Regarding (1), the neurotropism of SARS-CoV-2 is convincingly demonstrated, and this is consistent with other reports. Spike and nucleocapsid proteins and viral RNA are detected in neuronal cytoplasm and neuritic processes in three cortical regions, SARS-CoV-2 infects mature cortical neurons, and infectivity correlates with expression of the ACE2 receptor as a key route of entry. Regarding (2), immunohistochemical staining shows highly significant increases in COVID-infected cases of Aβ and p-Tau deposits in cortical regions and hippocampus. In one figure inset, we see Thioflavin T-staining of cellular Aβ aggregates, which is an important defining characteristic of Aβ deposits in AD; it would have been nice to see more examples of this (with quantification of fibrillar ThT-positive aggregates and perhaps even isolation and confirmation of fibrils by AFM).

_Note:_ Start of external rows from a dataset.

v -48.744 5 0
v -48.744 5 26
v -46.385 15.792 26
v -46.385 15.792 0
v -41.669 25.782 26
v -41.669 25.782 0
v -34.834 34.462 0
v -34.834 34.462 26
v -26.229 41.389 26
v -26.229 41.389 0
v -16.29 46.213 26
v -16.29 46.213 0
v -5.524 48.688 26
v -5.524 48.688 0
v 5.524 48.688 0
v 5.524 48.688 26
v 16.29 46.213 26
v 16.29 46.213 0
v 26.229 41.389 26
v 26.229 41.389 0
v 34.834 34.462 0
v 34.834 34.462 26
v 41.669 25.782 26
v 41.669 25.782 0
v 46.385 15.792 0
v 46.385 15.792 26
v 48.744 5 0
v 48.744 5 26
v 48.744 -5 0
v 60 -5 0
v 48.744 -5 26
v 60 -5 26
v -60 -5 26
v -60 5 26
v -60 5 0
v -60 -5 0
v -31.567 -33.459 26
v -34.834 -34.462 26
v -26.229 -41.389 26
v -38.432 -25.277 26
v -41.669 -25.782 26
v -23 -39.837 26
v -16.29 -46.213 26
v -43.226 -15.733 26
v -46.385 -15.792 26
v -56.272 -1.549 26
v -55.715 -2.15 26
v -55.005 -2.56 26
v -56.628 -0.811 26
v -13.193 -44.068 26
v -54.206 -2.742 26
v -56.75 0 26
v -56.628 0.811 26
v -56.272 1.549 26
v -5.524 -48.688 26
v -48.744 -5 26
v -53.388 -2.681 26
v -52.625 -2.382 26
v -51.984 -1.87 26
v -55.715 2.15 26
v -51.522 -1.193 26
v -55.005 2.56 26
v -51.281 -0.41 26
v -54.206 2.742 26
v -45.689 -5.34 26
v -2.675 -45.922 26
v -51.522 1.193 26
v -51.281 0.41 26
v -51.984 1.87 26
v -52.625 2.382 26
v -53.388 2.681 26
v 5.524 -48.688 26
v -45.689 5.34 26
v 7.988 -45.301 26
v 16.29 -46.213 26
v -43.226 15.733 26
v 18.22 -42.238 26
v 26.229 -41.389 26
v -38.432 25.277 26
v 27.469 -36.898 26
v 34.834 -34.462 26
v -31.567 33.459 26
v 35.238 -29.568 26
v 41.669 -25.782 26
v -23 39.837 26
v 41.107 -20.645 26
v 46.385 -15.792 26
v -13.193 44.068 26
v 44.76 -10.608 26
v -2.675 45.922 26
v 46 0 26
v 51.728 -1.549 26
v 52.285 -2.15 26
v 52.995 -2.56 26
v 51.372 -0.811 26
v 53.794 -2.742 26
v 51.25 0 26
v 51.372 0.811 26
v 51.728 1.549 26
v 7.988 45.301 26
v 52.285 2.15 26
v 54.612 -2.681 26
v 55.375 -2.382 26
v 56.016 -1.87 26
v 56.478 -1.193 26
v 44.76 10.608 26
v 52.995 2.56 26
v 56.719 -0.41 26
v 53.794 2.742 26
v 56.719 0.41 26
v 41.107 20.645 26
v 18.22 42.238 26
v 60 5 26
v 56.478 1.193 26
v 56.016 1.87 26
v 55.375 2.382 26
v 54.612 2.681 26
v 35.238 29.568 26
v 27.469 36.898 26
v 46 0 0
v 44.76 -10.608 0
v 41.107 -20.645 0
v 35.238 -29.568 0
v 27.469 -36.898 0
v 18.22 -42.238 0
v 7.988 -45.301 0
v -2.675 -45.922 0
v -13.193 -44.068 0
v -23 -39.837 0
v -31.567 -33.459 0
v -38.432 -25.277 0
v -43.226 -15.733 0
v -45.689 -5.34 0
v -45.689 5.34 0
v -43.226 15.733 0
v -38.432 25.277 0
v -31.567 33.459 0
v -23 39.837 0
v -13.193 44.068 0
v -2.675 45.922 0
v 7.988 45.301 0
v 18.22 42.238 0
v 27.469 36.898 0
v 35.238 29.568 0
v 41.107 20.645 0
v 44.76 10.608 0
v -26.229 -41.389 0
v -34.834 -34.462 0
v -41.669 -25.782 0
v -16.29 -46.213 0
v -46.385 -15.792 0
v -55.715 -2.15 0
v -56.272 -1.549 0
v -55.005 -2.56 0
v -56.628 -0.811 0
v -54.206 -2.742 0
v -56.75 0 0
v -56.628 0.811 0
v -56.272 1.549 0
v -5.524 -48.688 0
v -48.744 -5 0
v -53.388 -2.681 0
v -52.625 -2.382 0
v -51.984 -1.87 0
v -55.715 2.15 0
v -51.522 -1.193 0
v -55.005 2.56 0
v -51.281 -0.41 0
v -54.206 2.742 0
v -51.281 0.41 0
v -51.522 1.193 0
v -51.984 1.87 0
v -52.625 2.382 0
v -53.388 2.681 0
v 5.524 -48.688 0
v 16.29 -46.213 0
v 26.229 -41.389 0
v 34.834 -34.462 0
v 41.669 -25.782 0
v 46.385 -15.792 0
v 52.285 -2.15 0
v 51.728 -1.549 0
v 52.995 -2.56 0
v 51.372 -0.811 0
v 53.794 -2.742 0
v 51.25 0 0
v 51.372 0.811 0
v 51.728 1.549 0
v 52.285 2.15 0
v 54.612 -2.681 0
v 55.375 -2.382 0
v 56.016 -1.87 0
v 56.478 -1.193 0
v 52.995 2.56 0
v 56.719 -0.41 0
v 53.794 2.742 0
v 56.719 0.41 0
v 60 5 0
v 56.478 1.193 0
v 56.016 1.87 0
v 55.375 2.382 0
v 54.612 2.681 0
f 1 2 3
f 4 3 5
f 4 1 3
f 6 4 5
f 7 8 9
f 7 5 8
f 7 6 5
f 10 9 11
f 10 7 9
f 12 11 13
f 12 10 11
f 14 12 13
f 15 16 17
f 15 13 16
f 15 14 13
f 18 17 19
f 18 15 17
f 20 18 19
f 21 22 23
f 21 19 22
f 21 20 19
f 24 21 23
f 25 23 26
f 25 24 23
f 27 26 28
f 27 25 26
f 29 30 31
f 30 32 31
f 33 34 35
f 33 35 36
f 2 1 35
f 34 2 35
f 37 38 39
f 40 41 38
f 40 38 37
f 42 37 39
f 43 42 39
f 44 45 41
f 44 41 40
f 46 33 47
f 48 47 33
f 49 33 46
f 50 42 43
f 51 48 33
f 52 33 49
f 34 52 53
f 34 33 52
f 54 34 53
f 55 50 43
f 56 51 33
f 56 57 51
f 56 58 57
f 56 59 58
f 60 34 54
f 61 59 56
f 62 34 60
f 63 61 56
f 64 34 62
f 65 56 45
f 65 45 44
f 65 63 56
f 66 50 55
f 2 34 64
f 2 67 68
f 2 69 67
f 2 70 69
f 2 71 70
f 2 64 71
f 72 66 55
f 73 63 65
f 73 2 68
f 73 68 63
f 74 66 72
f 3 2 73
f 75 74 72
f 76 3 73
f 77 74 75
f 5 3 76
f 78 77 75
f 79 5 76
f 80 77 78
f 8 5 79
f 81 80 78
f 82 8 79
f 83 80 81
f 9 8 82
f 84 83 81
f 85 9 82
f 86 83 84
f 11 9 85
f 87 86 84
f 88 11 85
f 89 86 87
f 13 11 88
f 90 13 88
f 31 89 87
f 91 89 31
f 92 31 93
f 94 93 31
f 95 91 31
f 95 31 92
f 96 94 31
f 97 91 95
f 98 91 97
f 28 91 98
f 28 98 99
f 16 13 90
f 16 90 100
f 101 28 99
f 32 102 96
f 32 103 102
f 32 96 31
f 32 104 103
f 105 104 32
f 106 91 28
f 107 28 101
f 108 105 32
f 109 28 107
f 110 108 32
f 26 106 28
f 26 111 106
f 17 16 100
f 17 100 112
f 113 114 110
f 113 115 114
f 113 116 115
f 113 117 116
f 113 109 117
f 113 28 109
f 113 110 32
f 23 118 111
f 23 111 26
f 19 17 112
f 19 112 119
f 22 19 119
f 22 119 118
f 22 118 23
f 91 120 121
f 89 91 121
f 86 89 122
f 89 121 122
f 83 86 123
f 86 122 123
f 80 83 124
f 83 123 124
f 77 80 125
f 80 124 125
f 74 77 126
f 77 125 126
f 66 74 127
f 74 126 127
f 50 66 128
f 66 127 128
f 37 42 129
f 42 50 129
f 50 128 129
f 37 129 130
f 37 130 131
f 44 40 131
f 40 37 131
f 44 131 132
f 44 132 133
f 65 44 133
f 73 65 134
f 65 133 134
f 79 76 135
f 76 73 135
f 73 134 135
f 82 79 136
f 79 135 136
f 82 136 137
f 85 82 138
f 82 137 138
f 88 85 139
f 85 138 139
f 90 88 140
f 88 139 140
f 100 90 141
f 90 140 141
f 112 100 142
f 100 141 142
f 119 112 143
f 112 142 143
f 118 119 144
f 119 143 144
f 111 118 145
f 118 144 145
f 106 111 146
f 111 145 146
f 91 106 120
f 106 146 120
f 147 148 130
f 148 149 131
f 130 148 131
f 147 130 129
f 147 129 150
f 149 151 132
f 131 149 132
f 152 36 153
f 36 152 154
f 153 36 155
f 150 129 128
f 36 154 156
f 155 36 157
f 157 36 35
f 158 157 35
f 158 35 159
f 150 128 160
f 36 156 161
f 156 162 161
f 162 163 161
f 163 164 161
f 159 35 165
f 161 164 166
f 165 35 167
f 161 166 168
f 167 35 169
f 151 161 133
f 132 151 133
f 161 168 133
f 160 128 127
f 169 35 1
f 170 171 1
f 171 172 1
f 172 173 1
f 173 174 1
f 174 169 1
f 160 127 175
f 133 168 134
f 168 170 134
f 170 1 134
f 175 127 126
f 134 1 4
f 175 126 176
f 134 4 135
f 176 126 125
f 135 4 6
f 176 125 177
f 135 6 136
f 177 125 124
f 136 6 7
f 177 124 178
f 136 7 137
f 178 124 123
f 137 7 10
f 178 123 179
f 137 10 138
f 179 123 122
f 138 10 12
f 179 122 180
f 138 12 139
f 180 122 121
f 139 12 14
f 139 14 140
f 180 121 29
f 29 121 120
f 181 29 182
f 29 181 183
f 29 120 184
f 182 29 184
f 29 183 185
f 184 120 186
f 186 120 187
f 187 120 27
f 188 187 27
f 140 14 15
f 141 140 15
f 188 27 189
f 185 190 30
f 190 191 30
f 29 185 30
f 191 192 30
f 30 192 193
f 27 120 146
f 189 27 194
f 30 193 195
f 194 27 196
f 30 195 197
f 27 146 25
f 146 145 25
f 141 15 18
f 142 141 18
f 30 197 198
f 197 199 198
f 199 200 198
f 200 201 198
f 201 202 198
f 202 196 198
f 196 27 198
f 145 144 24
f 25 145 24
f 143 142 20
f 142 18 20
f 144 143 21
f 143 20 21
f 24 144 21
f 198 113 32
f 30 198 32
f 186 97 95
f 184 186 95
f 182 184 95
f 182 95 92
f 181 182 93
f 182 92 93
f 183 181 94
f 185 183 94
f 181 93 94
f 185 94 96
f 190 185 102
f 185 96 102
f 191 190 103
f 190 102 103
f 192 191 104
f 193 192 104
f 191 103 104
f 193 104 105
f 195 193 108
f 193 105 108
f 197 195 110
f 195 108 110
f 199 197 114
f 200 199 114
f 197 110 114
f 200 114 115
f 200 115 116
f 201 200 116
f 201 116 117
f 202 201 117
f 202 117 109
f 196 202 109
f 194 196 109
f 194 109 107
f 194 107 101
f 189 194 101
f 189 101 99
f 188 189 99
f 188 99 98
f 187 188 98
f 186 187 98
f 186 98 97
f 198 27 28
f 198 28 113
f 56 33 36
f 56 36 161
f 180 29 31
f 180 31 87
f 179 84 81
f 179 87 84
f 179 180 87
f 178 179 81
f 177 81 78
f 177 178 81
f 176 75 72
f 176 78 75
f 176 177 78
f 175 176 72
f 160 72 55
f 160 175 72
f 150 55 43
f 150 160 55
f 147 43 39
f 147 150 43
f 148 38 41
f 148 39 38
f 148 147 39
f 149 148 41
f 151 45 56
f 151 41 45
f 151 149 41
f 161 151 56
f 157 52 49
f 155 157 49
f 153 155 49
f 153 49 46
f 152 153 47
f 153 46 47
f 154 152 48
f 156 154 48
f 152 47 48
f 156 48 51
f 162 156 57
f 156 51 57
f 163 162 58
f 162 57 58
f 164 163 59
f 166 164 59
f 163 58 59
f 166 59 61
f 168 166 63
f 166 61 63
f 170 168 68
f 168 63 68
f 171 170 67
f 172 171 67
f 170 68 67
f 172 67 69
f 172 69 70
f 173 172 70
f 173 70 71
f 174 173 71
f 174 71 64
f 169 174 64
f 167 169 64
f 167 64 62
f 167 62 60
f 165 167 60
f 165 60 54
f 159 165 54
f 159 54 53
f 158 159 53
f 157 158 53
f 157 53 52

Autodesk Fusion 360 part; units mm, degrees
sketch "Sketch1" plane through (0, 0, 0) normal (0, 0, 1) x (1, 0, 0)
  circle A0 centre (0, 0) radius 42 construction
  line L0 (0, 0) -> (0, 42) construction
  circle A1 centre (0, 42) radius 2.25
  circle A2 centre (-17.0829, 38.3689) radius 2.25
  circle A3 centre (-31.2121, 28.1035) radius 2.25
  circle A4 centre (-39.9444, 12.9787) radius 2.25
  circle A5 centre (-41.7699, -4.3902) radius 2.25
  circle A6 centre (-36.3731, -21) radius 2.25
  circle A7 centre (-24.687, -33.9787) radius 2.25
  circle A8 centre (-8.7323, -41.0822) radius 2.25
  circle A9 centre (8.7323, -41.0822) radius 2.25
  circle A10 centre (24.687, -33.9787) radius 2.25
  circle A11 centre (36.3731, -21) radius 2.25
  circle A12 centre (41.7699, -4.3902) radius 2.25
  circle A13 centre (39.9444, 12.9787) radius 2.25
  circle A14 centre (31.2121, 28.1035) radius 2.25
  circle A15 centre (17.0829, 38.3689) radius 2.25
  circle A16 centre (0, 42) radius 3 construction
  circle A17 centre (-17.0829, 38.3689) radius 3 construction
  circle A18 centre (-31.2121, 28.1035) radius 3 construction
  circle A19 centre (-39.9444, 12.9787) radius 3 construction
  circle A20 centre (-41.7699, -4.3902) radius 3 construction
  circle A21 centre (-36.3731, -21) radius 3 construction
  circle A22 centre (-24.687, -33.9787) radius 3 construction
  circle A23 centre (-8.7323, -41.0822) radius 3 construction
  circle A24 centre (8.7323, -41.0822) radius 3 construction
  circle A25 centre (24.687, -33.9787) radius 3 construction
  circle A26 centre (36.3731, -21) radius 3 construction
  circle A27 centre (41.7699, -4.3902) radius 3 construction
  circle A28 centre (39.9444, 12.9787) radius 3 construction
  circle A29 centre (31.2121, 28.1035) radius 3 construction
  circle A30 centre (17.0829, 38.3689) radius 3 construction
  circle A31 centre (0, 0) radius 46
  circle A32 centre (0, 0) radius 49
  dimension "d1" = 84
  dimension "d2" = 4.5
  dimension "d4" = 360
  dimension "d5" = 6
  dimension "d7" = 360
  dimension "d8" = 92
  dimension "d9" = 3
extrude "Extrude1" add sketch "Sketch1" along normal blind 26 contours A32
sketch "Sketch2" plane through (0, 0, 26) normal (0, 0, 1) x (-1, 0, 0)
  circle A0 centre (0, 0) radius 46
  circle A1 centre (0, 0) radius 49
  line L0 (0, 0) -> (-69, 0) construction
  line L1 (0, 0) -> (0, -46) construction
  line L2 (-48.7442, -5) -> (-60, -5)
  line L3 (-60, -5) -> (-60, 5)
  line L4 (-60, 5) -> (-48.7442, 5)
  circle A2 centre (-54, 0) radius 2.75
  line L5 (48.7442, -5) -> (60, -5)
  line L6 (60, -5) -> (60, 5)
  line L7 (60, 5) -> (48.7442, 5)
  circle A3 centre (54, 0) radius 2.75
  dimension "d12" = 5.5
  dimension "d13" = 54
  dimension "d14" = 6
  dimension "d15" = 10
extrude "Extrude2" add sketch "Sketch2" against normal blind 26 contours A1 L5 L6 L7 | A1 L2 L3 L4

Data showing significantly higher neuronal apoptosis by caspase-3 activation in the COVID-19 cases are also presented. Evidence of a neuroinflammatory response in the SARS-CoV-2 infected brains is also provided by IL-1 and IL-6 positivity. Most of the evidence presented thus far is derived from immunohistochemical staining and analysis of brain sections. To establish a more direct link between SARS-CoV-2 infection and an Alzheimer’s phenotype, virus-infected iPSC-derived differentiated neurons from healthy and AD individuals exhibited significantly increased cellular Aβ and p-Tau aggregates, together with enhanced expression of AD-related genes like BACE1 (but not APP, PS1/2), and activated caspase-3. Notably, the AD-derived neurons were more affected by these changes than the healthy-derived ones. Finally, the authors claim an “AD signature” for 24 genes upregulated in common in differentiated neurons infected by SARS-CoV-2 and AD patients.

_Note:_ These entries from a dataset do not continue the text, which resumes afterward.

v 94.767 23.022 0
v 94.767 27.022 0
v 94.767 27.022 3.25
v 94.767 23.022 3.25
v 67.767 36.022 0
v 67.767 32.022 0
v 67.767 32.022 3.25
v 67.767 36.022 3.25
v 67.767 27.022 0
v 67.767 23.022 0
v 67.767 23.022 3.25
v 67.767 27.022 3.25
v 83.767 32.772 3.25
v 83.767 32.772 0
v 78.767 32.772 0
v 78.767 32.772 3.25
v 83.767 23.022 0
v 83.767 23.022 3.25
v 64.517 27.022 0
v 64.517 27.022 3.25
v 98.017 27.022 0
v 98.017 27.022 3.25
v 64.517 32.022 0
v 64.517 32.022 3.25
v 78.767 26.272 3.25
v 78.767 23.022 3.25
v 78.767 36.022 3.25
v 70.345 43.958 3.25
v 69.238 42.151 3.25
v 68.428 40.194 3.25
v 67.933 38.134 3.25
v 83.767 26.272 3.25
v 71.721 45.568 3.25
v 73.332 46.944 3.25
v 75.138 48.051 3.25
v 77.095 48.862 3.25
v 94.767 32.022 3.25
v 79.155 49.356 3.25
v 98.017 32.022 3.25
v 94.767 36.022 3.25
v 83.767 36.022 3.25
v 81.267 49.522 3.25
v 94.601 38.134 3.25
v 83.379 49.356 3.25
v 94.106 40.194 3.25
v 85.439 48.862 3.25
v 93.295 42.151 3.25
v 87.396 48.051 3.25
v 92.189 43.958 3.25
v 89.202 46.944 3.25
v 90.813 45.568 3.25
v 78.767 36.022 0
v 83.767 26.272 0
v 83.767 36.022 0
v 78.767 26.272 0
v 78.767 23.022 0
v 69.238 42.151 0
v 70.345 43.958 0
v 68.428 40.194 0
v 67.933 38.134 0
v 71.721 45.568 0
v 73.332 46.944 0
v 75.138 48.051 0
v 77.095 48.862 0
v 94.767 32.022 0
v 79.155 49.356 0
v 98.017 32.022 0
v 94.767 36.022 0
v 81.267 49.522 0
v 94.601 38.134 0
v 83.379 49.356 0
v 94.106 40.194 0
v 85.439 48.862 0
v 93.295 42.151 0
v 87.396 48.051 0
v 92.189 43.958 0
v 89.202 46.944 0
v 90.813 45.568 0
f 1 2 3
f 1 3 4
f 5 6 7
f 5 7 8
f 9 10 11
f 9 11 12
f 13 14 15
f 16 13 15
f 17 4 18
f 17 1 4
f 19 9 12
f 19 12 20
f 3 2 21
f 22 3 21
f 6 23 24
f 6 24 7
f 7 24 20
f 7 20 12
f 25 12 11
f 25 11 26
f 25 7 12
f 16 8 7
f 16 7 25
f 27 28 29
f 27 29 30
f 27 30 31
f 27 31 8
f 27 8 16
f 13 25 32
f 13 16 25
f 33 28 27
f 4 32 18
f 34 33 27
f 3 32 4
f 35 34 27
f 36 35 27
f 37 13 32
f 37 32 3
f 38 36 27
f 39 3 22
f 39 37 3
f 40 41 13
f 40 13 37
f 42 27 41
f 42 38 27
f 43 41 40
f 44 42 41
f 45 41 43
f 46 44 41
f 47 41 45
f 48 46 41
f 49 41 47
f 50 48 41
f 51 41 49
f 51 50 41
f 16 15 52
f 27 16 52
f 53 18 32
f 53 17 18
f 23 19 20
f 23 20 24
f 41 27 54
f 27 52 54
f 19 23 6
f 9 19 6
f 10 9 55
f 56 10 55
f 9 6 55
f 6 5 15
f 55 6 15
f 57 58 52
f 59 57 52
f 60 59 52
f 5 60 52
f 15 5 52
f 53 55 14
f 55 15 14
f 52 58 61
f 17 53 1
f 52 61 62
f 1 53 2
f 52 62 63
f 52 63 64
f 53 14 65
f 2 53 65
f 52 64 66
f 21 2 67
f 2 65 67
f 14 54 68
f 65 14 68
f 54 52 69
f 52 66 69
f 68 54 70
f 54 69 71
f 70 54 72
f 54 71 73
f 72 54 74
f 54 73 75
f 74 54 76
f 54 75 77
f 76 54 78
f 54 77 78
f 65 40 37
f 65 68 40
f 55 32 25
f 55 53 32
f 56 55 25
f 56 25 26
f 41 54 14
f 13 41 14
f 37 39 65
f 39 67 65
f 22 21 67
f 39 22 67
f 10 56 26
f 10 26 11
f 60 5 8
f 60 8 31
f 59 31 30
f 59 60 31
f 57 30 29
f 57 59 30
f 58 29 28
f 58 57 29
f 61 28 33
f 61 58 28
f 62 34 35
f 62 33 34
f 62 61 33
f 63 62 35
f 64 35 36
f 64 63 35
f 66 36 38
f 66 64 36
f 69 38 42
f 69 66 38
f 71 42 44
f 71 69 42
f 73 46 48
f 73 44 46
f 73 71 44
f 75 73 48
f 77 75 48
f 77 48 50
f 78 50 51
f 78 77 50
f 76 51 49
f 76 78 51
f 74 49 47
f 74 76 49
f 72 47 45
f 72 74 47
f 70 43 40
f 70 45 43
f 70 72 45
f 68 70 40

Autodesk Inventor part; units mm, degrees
ref_plane "YZ Plane" through (0, 0, 0) normal (1, 0, 0) x (0, 1, 0)
ref_plane "XZ Plane" through (0, 0, 0) normal (0, 1, 0) x (-1, 0, 0)
ref_plane "XY Plane" through (0, 0, 0) normal (0, 0, 1) x (1, 0, 0)
sketch "Block1" plane through (0, 0, 0) normal (0, 0, 1) x (1, 0, 0)
  circle A0 centre (74.029, 24.2723) radius 1
  line L0 (49.279, 30.4723) -> (71.779, 30.4723)
  line L1 (71.779, 30.4723) -> (71.779, 18.0723)
  line L2 (71.779, 18.0723) -> (49.279, 18.0723)
  line L3 (49.279, 18.0723) -> (49.279, 30.4723)
  line L4 (49.279, 30.4723) -> (44.779, 30.4723)
  line L5 (44.779, 30.4723) -> (44.779, 18.0723)
  line L6 (44.779, 18.0723) -> (49.279, 18.0723)
  line L7 (49.279, 18.0723) -> (49.279, 30.4723)
  line L8 (71.779, 30.4723) -> (76.279, 30.4723)
  line L9 (76.279, 30.4723) -> (76.279, 18.0723)
  line L10 (76.279, 18.0723) -> (71.779, 18.0723)
  line L11 (71.779, 18.0723) -> (71.779, 30.4723)
  line L12 (44.779, 24.2723) -> (76.279, 24.2723) construction
  line L13 (47.029, 30.4723) -> (47.029, 18.0723) construction
  circle A1 centre (47.029, 24.2723) radius 1
  line L14 (74.029, 30.4723) -> (74.029, 18.0723) construction
  point P0 (60.979, 24.0984)
  dimension "d7" = 22.5
  dimension "d8" = 12.4
  dimension "d9" = 4.5
  dimension "d10" = 4.5
  dimension "d11" = 2
  dimension "d12" = 2
sketch "Sketch1" plane through (0, 0, 0) normal (0, 0, 1) x (1, 0, 0)
  line L0 (-92.7646, -8.503) -> (-89.7646, -8.503)
  line L1 (-89.7646, -8.503) -> (-89.7646, -11.753)
  line L2 (-89.7646, -11.753) -> (-92.7646, -11.753)
  line L3 (-92.7646, -11.753) -> (-92.7646, -8.503)
  line L4 (-92.7646, -21.6527) -> (-89.7646, -21.6527)
  line L5 (-89.7646, -21.6527) -> (-89.7646, -21.7527)
  line L6 (-89.7646, -21.7527) -> (-92.7646, -21.7527)
  line L7 (-92.7646, -21.7527) -> (-92.7646, -21.6527)
  line L8 (67.7668, 36.0225) -> (94.7668, 36.0225)
  line L9 (94.7668, 36.0225) -> (94.7668, 23.0225)
  line L10 (94.7668, 23.0225) -> (67.7668, 23.0225)
  line L11 (67.7668, 23.0225) -> (67.7668, 36.0225)
  line L12 (67.7668, 29.5225) -> (94.7668, 29.5225) construction
  line L13 (64.5168, 32.0225) -> (67.7668, 32.0225)
  line L14 (67.7668, 32.0225) -> (67.7668, 27.0225)
  line L15 (67.7668, 27.0225) -> (64.5168, 27.0225)
  line L16 (64.5168, 27.0225) -> (64.5168, 32.0225)
  line L17 (64.5168, 29.5225) -> (67.7668, 29.5225) construction
  line L18 (81.2668, 36.0225) -> (81.2668, 23.0225) construction
  line L19 (78.7668, 36.0225) -> (83.7668, 36.0225)
  line L20 (83.7668, 36.0225) -> (83.7668, 32.7725)
  line L21 (83.7668, 32.7725) -> (78.7668, 32.7725)
  line L22 (78.7668, 32.7725) -> (78.7668, 36.0225)
  line L23 (81.2668, 36.0225) -> (81.2668, 32.7725) construction
  line L24 (98.0168, 32.0225) -> (94.7668, 32.0225)
  line L25 (94.7668, 32.0225) -> (94.7668, 27.0225)
  line L26 (94.7668, 27.0225) -> (98.0168, 27.0225)
  line L27 (98.0168, 27.0225) -> (98.0168, 32.0225)
  line L28 (98.0168, 29.5225) -> (94.7668, 29.5225) construction
  line L29 (78.7668, 23.0225) -> (83.7668, 23.0225)
  line L30 (83.7668, 23.0225) -> (83.7668, 26.2725)
  line L31 (83.7668, 26.2725) -> (78.7668, 26.2725)
  line L32 (78.7668, 26.2725) -> (78.7668, 23.0225)
  line L33 (81.2668, 23.0225) -> (81.2668, 26.2725) construction
  arc A0 (94.7668, 36.0225) -> (67.7668, 36.0225) centre (81.2668, 36.0225) ccw
  point P0 (0, 0)
  dimension "d0" = 3
  dimension "mat" = 3.25
  dimension "d2" = 3
  dimension "d3" = 0.1
  dimension "d58" = 27
  dimension "d59" = 13
  dimension "d60" = 3.25
  dimension "d61" = 5
  dimension "d68" = 5
  dimension "d69" = 3.25
extrude "Extrusion5" add sketch "Sketch1" along normal blind 3.25 contours L8 L22 L21 L20 L9 L10 L30 L31 L32 L11 | L8 L20 L21 L22 | L11 L15 L16 L13 | L32 L31 L30 L10
extrude "Extrusion7" cut sketch "Sketch1" along normal blind 3.25 contours L8 L20 L21 L22
extrude "Extrusion8" cut sketch "Sketch1" along normal blind 3.25 contours L32 L31 L30 L10
extrude "Extrusion9" add sketch "Sketch1" along normal blind 3.25 contours L24 L27 L26 L9
extrude "Extrusion10" add sketch "Sketch1" along normal blind 3.25 contours A0 L8
equation "\"d60\" = mat"
equation "\"d69\" = mat"
equation "\"d62\" = mat"
equation "\"d70\" = mat"
equation "\"d72\" = mat"
equation "\"d74\" = mat"
equation "\"d76\" = mat"
properties part number "arm-servo"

To conclude, the collective experimental results presented in this paper do reliably substantiate the hypothesis that SARS-CoV-2 infects cortical neurons of the brains of COVID-19 patients and triggers, or exacerbates, certain pathological features reminiscent of an Alzheimer-like pathology. However, although compelling, the ‘specificity’ of the induction is still not unequivocal. Only a 4% gene overlap was observed between the AD group and the SARS-CoV-2 infected group, and, importantly, overexpression of the top 3 of these genes failed to trigger cellular Aβ or p-Tau aggregation. The mechanisms have to be probed further, for instance by in vivo animal studies, and the findings replicated in larger numbers for more certainty regarding these claims. Nonetheless, considering these limitations, the study represents a formidable hypothesis that can have very important implications considering the millions of people infected around the world with SARS-CoV-2, not only during acute infection but also in the longer term.